El esfuerzo de vivir. El esfuerzo de entenderse y hasta de quererse, porque el amor largo y la convivencia larga (la conllevanza, que decía Ortega) necesitan de mucho esfuerzo compartido, sobre todo cuando el otro se pone insufrible, cosa frecuente. Lo que hace grandes y prósperos a los pueblos es el esfuerzo en común. Saber mirar, por encima de la rabia de hoy (sin duda más que justificada),  hacia el inmenso ayer, que no siempre fue fácil, y hacia el mañana, que tampoco lo será pero que merece la pena construir juntos, caramba, que llevamos en ello toda la vida y ya sabemos cómo se hace.
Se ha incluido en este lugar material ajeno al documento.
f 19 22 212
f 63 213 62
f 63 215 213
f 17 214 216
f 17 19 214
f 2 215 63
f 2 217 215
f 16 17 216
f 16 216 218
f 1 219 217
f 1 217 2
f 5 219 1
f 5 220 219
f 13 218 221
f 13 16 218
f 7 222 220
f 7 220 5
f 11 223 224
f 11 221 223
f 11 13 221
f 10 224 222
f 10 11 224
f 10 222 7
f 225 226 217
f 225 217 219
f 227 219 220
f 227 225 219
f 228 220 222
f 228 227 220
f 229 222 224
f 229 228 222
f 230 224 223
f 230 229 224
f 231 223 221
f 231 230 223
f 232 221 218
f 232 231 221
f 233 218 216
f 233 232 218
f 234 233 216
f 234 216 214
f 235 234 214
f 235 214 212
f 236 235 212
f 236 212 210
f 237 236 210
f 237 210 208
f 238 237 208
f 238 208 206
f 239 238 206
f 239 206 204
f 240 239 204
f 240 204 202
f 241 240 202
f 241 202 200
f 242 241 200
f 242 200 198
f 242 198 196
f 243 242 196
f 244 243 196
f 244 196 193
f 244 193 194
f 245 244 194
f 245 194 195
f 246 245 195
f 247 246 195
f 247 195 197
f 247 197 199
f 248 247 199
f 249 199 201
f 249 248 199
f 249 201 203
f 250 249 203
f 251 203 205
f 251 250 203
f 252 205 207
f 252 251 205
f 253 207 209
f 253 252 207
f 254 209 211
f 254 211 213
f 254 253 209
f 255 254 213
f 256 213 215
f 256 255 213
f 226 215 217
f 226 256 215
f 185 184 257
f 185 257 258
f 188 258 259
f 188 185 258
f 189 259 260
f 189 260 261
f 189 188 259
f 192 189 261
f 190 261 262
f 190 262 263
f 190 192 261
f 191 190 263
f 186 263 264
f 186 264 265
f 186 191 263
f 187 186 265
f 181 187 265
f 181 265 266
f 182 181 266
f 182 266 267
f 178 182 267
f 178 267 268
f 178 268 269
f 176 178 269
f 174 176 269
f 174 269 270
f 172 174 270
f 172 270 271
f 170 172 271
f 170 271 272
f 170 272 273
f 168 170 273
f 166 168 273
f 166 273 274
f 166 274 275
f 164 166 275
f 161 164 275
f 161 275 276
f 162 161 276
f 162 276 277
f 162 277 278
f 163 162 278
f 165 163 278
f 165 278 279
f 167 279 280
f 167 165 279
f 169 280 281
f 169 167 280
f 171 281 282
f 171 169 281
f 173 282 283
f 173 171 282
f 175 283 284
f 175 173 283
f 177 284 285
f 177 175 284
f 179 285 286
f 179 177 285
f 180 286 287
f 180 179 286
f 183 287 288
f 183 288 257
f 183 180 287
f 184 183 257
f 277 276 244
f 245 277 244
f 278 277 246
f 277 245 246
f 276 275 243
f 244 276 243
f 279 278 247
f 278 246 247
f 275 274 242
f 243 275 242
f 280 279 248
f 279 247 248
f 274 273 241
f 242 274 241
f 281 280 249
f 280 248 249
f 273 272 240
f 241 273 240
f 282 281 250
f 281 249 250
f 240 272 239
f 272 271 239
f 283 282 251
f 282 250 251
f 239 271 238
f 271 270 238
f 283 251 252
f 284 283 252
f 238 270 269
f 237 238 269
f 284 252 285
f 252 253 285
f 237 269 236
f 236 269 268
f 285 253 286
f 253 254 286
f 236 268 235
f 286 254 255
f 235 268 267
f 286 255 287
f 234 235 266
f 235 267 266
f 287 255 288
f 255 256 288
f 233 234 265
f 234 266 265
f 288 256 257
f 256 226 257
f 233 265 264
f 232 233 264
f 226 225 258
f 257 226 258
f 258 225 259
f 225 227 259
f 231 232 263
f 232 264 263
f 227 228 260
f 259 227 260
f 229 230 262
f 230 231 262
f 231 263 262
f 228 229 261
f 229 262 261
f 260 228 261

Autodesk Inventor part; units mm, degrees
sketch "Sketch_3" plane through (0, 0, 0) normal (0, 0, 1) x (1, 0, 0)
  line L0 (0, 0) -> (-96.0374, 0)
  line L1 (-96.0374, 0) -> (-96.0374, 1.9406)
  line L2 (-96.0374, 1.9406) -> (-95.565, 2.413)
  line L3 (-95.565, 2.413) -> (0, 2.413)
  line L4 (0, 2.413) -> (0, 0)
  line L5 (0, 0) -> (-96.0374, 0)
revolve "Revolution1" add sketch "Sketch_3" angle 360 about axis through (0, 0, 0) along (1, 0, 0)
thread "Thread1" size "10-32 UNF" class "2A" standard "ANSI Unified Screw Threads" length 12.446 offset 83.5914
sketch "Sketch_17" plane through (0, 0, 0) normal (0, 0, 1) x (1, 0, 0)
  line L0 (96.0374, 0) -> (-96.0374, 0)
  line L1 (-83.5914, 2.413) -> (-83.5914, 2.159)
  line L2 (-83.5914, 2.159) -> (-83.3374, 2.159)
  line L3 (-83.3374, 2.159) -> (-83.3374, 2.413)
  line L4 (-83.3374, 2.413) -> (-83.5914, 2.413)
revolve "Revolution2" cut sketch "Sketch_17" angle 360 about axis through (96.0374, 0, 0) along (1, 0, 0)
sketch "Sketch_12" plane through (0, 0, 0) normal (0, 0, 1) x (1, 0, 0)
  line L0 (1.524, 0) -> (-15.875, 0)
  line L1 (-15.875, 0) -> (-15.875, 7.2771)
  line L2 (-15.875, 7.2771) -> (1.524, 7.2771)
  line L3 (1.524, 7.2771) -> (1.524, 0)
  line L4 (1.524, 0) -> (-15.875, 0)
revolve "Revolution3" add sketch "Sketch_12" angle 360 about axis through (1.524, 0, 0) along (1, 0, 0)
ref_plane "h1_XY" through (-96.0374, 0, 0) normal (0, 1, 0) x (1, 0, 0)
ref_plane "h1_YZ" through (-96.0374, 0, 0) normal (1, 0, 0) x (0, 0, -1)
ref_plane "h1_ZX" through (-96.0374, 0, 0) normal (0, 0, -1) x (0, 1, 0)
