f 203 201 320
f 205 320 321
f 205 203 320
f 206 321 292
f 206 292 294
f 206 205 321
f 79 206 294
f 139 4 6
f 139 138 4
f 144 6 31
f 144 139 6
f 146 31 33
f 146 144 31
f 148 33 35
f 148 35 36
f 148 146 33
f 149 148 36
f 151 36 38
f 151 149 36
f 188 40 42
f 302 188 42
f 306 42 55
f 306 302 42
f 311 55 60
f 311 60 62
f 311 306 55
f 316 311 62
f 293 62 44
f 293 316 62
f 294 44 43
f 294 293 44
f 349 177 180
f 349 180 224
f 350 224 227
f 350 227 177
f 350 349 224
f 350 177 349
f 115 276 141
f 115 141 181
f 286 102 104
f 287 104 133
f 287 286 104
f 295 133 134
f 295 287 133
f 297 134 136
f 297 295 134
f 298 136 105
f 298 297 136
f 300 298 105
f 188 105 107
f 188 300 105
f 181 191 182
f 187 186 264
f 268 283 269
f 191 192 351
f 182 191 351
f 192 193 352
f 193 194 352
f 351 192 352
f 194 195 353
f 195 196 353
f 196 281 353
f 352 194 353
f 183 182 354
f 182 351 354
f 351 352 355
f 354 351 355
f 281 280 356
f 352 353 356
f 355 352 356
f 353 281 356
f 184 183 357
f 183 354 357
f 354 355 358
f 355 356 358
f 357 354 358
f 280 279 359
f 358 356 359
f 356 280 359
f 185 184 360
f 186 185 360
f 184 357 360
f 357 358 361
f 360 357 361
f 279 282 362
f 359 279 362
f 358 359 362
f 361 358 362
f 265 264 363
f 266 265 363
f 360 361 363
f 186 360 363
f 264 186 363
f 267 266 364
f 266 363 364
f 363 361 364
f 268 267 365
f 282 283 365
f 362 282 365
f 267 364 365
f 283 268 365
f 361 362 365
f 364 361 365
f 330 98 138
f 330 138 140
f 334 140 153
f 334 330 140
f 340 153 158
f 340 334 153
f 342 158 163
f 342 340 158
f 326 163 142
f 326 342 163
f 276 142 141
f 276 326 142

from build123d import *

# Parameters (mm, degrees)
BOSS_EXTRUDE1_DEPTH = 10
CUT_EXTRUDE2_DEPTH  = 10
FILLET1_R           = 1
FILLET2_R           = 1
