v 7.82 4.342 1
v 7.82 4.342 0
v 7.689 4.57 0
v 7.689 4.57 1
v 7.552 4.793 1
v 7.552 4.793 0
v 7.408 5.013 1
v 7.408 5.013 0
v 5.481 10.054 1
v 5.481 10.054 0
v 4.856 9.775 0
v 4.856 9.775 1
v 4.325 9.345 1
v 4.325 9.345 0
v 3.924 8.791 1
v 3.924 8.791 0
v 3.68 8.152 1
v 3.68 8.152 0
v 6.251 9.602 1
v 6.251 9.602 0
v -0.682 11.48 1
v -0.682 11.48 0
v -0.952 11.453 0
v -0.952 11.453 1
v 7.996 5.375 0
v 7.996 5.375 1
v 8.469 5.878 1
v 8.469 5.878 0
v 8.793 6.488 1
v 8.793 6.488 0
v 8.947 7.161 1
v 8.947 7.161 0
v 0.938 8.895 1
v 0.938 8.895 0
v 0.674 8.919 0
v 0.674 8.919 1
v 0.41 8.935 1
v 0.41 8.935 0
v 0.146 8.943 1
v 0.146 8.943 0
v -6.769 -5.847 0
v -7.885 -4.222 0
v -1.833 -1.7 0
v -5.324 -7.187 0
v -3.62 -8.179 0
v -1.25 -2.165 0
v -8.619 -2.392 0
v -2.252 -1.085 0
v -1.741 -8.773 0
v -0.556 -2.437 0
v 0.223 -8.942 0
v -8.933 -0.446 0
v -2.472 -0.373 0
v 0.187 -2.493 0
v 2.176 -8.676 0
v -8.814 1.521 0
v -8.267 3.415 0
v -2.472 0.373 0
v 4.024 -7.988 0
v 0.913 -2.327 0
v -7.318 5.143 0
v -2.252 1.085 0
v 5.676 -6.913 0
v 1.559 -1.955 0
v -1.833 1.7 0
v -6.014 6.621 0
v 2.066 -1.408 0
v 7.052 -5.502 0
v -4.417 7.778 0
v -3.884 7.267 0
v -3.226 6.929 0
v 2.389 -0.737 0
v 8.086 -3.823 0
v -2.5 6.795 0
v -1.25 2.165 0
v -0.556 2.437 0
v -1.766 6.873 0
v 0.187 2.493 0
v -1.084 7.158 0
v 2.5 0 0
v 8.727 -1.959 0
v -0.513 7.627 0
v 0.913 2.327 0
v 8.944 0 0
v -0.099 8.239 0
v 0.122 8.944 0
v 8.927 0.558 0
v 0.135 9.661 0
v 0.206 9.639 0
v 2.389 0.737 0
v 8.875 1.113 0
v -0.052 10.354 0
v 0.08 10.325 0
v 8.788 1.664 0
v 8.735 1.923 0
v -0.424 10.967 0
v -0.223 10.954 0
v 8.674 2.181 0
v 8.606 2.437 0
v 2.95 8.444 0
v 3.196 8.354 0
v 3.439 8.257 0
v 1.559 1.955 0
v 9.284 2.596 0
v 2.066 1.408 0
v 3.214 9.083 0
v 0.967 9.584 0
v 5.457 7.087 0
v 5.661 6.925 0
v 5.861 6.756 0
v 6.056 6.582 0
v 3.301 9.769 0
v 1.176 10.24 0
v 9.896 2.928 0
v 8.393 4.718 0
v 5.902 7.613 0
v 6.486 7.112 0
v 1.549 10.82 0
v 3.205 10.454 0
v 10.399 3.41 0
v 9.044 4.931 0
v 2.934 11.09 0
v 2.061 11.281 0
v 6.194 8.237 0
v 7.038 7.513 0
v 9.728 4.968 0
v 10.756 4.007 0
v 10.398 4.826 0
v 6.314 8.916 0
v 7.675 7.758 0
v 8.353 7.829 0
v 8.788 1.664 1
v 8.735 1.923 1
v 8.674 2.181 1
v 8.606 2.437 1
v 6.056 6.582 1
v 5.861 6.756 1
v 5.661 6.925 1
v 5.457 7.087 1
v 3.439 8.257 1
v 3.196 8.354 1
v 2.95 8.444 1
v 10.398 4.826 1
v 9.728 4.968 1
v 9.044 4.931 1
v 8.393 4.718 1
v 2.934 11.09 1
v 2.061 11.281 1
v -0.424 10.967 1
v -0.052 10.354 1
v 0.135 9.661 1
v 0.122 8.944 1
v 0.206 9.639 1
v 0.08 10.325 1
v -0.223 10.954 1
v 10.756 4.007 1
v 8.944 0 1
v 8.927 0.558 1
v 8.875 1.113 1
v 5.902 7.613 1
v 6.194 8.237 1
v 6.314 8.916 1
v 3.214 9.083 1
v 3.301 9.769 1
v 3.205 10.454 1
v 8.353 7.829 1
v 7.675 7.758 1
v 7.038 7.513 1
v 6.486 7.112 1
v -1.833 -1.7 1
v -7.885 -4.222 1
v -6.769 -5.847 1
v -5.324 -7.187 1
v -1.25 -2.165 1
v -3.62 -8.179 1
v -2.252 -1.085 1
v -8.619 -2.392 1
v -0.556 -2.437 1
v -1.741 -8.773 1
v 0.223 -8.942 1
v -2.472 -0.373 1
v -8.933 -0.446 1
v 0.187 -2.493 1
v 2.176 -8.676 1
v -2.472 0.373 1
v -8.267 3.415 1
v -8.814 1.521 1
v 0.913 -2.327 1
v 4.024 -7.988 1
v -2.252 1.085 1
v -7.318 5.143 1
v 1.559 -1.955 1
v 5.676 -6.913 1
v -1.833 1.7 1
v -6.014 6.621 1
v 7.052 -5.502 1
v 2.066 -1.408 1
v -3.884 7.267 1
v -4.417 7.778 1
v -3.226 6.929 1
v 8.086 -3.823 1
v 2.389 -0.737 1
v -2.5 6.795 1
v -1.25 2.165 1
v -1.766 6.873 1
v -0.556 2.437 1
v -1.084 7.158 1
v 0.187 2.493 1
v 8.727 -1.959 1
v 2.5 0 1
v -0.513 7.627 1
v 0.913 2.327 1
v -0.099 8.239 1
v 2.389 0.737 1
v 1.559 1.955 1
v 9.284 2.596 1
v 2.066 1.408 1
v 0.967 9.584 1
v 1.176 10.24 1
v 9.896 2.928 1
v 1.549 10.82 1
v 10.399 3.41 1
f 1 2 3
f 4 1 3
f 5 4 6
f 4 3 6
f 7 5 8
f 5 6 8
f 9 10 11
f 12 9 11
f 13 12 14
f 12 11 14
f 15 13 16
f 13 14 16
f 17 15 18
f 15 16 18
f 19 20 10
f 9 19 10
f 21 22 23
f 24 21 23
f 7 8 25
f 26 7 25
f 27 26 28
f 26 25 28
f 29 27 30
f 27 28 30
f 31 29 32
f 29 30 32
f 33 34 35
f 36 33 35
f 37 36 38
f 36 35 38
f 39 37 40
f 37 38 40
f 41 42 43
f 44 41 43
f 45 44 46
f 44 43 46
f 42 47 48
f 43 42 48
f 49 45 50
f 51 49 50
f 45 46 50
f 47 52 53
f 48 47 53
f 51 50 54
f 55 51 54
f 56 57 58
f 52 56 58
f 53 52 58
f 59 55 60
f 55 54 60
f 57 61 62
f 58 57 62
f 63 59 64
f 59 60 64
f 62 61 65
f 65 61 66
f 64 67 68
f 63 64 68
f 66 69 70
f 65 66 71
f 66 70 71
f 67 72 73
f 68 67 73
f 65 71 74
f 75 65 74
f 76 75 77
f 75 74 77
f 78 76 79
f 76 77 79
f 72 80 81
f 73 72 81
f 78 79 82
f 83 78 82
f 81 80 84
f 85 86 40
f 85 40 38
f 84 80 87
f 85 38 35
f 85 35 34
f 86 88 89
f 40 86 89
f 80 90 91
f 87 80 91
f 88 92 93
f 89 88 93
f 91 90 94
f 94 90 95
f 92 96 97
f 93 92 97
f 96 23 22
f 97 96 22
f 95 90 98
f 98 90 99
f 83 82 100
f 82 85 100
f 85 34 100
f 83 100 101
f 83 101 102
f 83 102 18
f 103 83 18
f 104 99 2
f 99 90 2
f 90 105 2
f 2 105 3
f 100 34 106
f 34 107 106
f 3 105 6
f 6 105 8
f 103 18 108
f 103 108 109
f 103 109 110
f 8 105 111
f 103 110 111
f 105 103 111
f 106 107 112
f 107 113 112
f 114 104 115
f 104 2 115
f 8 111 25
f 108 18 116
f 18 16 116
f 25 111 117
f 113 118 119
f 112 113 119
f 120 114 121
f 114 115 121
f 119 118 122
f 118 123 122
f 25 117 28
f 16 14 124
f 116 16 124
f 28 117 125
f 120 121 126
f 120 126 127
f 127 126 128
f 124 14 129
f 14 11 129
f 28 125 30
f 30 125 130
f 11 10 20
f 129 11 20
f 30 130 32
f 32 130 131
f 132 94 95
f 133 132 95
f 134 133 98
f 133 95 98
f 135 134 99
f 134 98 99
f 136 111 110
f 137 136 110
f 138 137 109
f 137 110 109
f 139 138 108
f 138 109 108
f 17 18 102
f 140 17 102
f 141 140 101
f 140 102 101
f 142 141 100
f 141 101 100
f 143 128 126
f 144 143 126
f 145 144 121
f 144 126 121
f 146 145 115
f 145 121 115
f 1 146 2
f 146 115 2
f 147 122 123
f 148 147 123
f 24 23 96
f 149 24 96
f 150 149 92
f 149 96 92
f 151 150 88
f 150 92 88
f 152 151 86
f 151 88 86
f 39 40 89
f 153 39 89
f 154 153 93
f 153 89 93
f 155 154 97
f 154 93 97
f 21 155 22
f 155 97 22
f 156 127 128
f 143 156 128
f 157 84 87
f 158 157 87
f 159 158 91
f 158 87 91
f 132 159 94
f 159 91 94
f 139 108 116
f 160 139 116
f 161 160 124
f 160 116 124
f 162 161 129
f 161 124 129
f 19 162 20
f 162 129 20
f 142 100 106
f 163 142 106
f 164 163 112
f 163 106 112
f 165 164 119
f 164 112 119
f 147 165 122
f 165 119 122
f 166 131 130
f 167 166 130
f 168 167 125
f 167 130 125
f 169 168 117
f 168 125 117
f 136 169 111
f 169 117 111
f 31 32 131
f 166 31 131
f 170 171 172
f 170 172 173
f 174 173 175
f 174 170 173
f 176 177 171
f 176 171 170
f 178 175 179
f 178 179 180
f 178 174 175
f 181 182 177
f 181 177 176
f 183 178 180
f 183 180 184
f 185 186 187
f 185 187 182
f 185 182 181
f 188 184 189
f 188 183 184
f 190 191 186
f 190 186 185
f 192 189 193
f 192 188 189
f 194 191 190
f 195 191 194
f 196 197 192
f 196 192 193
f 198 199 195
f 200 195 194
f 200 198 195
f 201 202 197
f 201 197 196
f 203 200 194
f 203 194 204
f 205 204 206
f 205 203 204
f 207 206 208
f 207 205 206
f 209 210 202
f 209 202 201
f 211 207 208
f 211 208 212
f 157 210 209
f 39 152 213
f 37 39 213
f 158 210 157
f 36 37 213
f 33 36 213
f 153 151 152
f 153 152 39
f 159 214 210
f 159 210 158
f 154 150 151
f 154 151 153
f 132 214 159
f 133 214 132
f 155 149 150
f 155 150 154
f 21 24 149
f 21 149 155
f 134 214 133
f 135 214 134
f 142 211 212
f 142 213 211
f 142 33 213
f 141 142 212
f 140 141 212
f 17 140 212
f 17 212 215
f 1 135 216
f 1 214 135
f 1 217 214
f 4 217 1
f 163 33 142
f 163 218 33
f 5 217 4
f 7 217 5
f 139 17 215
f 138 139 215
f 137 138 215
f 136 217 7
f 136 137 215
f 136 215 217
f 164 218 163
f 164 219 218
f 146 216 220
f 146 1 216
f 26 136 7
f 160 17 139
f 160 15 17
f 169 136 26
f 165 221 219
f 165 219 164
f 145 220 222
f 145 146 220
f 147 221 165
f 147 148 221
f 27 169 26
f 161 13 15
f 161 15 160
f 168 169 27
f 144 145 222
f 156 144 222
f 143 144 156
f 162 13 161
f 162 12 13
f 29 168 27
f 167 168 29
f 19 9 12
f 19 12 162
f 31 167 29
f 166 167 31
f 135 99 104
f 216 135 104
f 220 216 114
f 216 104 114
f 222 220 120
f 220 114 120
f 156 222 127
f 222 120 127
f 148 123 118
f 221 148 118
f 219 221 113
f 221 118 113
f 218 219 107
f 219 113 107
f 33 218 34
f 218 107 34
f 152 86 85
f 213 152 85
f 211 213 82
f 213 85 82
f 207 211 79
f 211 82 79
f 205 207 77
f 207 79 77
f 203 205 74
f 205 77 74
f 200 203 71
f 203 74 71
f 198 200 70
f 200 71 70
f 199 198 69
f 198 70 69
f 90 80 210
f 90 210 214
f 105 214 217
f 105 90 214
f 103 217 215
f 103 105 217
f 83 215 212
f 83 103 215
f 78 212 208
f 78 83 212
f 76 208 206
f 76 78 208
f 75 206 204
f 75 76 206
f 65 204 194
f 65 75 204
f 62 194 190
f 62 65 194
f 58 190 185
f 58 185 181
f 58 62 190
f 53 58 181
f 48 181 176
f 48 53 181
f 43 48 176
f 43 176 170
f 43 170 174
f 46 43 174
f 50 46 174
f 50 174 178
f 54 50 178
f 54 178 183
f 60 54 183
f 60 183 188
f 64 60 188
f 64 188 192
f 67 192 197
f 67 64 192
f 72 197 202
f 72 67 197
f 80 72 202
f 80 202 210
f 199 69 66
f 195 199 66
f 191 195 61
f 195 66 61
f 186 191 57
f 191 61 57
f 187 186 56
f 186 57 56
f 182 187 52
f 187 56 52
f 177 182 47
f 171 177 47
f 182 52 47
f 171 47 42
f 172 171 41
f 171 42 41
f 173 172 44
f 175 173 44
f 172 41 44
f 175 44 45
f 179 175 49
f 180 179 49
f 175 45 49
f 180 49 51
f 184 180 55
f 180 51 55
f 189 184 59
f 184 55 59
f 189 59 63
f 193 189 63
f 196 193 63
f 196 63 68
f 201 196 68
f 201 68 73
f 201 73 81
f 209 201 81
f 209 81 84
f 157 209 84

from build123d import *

# Parameters (mm, degrees)
F2_R     = 2.5
F3_DEPTH = 1


# Not quite as in the source:
# - a feature of the source that left no trace in its solid (it failed there, or was rolled back) is left out


with BuildPart() as f3:
    # F2 (on Top) → F3 (new body)
    with BuildSketch(Plane.XY):
        with BuildLine():
            ThreePointArc((-0.9522931143, 11.4531284813), (-0.0520635974, 10.3538099613), (0.1218940174, 8.943613826))
            ThreePointArc((0.1218940174, 8.943613826), (0.1337416353, 8.9434445039), (0.1455890186, 8.9432594873))
            ThreePointArc((0.1455890186, 8.9432594873), (0.0799521539, 10.3250380062), (-0.6817601701, 11.4797736507))
            Line((-0.6817601701, 11.4797736507), (-0.9522931143, 11.4531284813))
        make_face()
        with BuildLine():
            ThreePointArc((-4.4173624076, 7.7775314708), (-4.4995685223, -7.7302632253), (8.9444444444, 0))
            ThreePointArc((8.9444444444, 0), (8.9053271725, 0.8356041947), (8.7883175045, 1.6638995942))
            ThreePointArc((8.7883175045, 1.6638995942), (8.7057555111, 2.0525368209), (8.6060160514, 2.4371241541))
            ThreePointArc((8.6060160514, 2.4371241541), (8.2679218833, 3.4124117792), (7.8197142384, 4.3422523705))
            ThreePointArc((7.8197142384, 4.3422523705), (7.6211518715, 4.6820007018), (7.4078378155, 5.0126864374))
            ThreePointArc((7.4078378155, 5.0126864374), (6.7776596323, 5.8366442695), (6.0563228133, 6.5820999993))
            ThreePointArc((6.0563228133, 6.5820999993), (5.761965129, 6.84126043), (5.4565297326, 7.0872681406))
            ThreePointArc((5.4565297326, 7.0872681406), (4.5991510413, 7.6714337721), (3.6798961663, 8.1523892587))
            ThreePointArc((3.6798961663, 8.1523892587), (3.3179634912, 8.306275019), (2.9496159434, 8.4441016222))
            ThreePointArc((2.9496159434, 8.4441016222), (1.9566672267, 8.7278026893), (0.937636324, 8.8951629858))
            ThreePointArc((0.937636324, 8.8951629858), (0.542146294, 8.9279988696), (0.1455890186, 8.9432594873))
            ThreePointArc((0.1455890186, 8.9432594873), (0.1337416353, 8.9434445039), (0.1218940174, 8.943613826))
            ThreePointArc((0.1218940174, 8.943613826), (-1.7655892516, 6.8729814141), (-4.4173624076, 7.7775314708))
        make_face()
        Circle(F2_R, mode=Mode.SUBTRACT)
        with BuildLine():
Y eso se logra sólo con esfuerzo. No con la infantil búsqueda de la felicidad a base de echarlo todo abajo cada vez que nos cabreamos. No con la persecución idiota de la felicidad, que precede inexorablemente a la decepción, a la amargura y a la ira. Que es lo que nos ha pasado siempre. Siempre. Siempre.

Y ahora, otra vez. Otra vez. Pero ¿es que no vamos a aprender nunca? ¿Es que debemos resignarnos a ser un pueblo maldito, temblando perpetuamente de fiebre por la malaria incurable de exigir la felicidad?